Movie Review: A Haunted House is 2013’s first scary movie

The horror movie genre of the last few years could probably use a spoofing. The cavalcade of found footage horror and unnecessary remakes are more than deserving of a good roast. Unfortunately, the spoof genre has seen better days as well. The era of Airplane!, Hot Shots!, and Naked Gun is long gone. Today’s spoof films tend towards quick and dirty assessments of pop culture in replace of actual observational humor. The bar has been set pretty low for quite some time.

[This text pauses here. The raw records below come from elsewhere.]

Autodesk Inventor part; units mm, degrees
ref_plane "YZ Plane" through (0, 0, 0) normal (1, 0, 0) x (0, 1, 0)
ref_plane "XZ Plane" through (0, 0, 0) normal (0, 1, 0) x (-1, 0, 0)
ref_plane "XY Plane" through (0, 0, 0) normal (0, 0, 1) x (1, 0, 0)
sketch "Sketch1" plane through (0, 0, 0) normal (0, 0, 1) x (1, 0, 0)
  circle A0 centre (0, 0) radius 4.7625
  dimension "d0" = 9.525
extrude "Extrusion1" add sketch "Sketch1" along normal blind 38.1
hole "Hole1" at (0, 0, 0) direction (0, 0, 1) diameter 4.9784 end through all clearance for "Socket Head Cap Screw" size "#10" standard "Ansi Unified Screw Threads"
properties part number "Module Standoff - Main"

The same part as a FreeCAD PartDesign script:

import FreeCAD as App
import Part
import Sketcher

V = App.Vector
Q = App.Units.Quantity

doc = App.newDocument("Part")
params = doc.addObject("Spreadsheet::Sheet", "Params")
for row, (alias, value) in enumerate([
    ("sketch1_diameter", "0.375 in"),
    ("pad1_length", "1.5 in"),
    ("sketch2_diameter", "0.196 in"),
    ("hole_diameter", "0.196 in"),
], start=1):
    params.set(f"A{row}", alias)
    params.set(f"B{row}", "=" + value)
    params.setAlias(f"B{row}", alias)

body = doc.addObject("PartDesign::Body", "Body")

# Sketch on XY plane
sketch1 = body.newObject("Sketcher::SketchObject", "Sketch")
sketch1.AttachmentSupport = (doc.getObject("XY_Plane"), [""])
sketch1.MapMode = "FlatFace"
sketch1.addGeometry(Part.Circle(V(0, 0, 0), V(0, 0, 1), 4.7625), False)
sketch1.addConstraint([
    Sketcher.Constraint("Coincident", 0, 3, -1, 1),
    Sketcher.Constraint("Diameter", 0, Q("0.375 in")),
])
sketch1.setExpression("Constraints[1]", "Params.sketch1_diameter")
pad1 = body.newObject("PartDesign::Pad", "Pad")
pad1.Profile = sketch1
pad1.setExpression("Length", "Params.pad1_length")

# Sketch on XY plane
sketch2 = body.newObject("Sketcher::SketchObject", "Sketch001")
sketch2.AttachmentSupport = (doc.getObject("XY_Plane"), [""])
sketch2.MapMode = "FlatFace"
sketch2.addGeometry(Part.Circle(V(0, 0, 0), V(0, 0, 1), 2.4892), False)
sketch2.addConstraint([
    Sketcher.Constraint("Coincident", 0, 3, -1, 1),
    Sketcher.Constraint("Diameter", 0, Q("0.196 in")),
])
sketch2.setExpression("Constraints[1]", "Params.sketch2_diameter")
doc.recompute()
hole = body.newObject("PartDesign::Hole", "Hole")
hole.Profile = sketch2
hole.ThreadType = "None"
hole.setExpression("Diameter", "Params.hole_diameter")
hole.DepthType = "ThroughAll"
hole.Reversed = True

doc.recompute()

If there’s one thing A Haunted House succeeds at, it’s lowering that bar even further. It takes aim at a pretty big target (the Paranormal Activity series), and pretty much does exactly what all modern spoof movies seem to do: emulate the source material but add in a fart joke or, even worse, toss in a little gay-bashing.

A Haunted House

I’m sure Marlon Wayans is a funny guy in real life. The exaggerated antics between his character Malcolm and his girlfriend Kisha (played by Essence Atkins) suggest that he probably cracks up his loved ones. An audience, though? Personally his brand of silly left me unfazed.

Beyond the handful of moments where I genuinely laughed at A Haunted House (some of which I’d already seen in the trailer), I spent most of my viewing time as stoic as if I were watching a deadly serious drama. When it did get a reaction out of me, it was more often disgust than smiles.

The joke formula here goes a bit like this:
1) Establish that a joke is happening.
2) When the audience doesn’t react, tell the joke HARDER.
3) Now that you squeezed a smile and a few chuckles out of them, take it way too far.
4) Hope no one walks out of the theater.

A Haunted House

I know I was tempted to depart on more than one occasion. Sometimes it was just due to the futility with which the script repeats its humor. Yes, we get it, the neighbors are swingers. Did we really need multiple scenes throughout the film dedicated to this running gag?

Worse, A Haunted House descends into some particularly grimey territory when it introduces the flamboyantly gay psychic who has powers “all over his body.” I’m not so touchy that a joke or two about gayness is going to sound the alarm, but by the twelfth time he went for Marlon Wayans' crotch I really had to wonder what they were going for.

A Haunted House

I don’t doubt that someone could spoof Paranormal Activity and do it right, but it was never going to happen here. What’s worse is that the next in the Scary Movie series (itself a Wayans brothers’ joint) seems to be treading a lot of the same ground. At this point, if the competition is a race to the bottom, than A Haunted House has a good head start.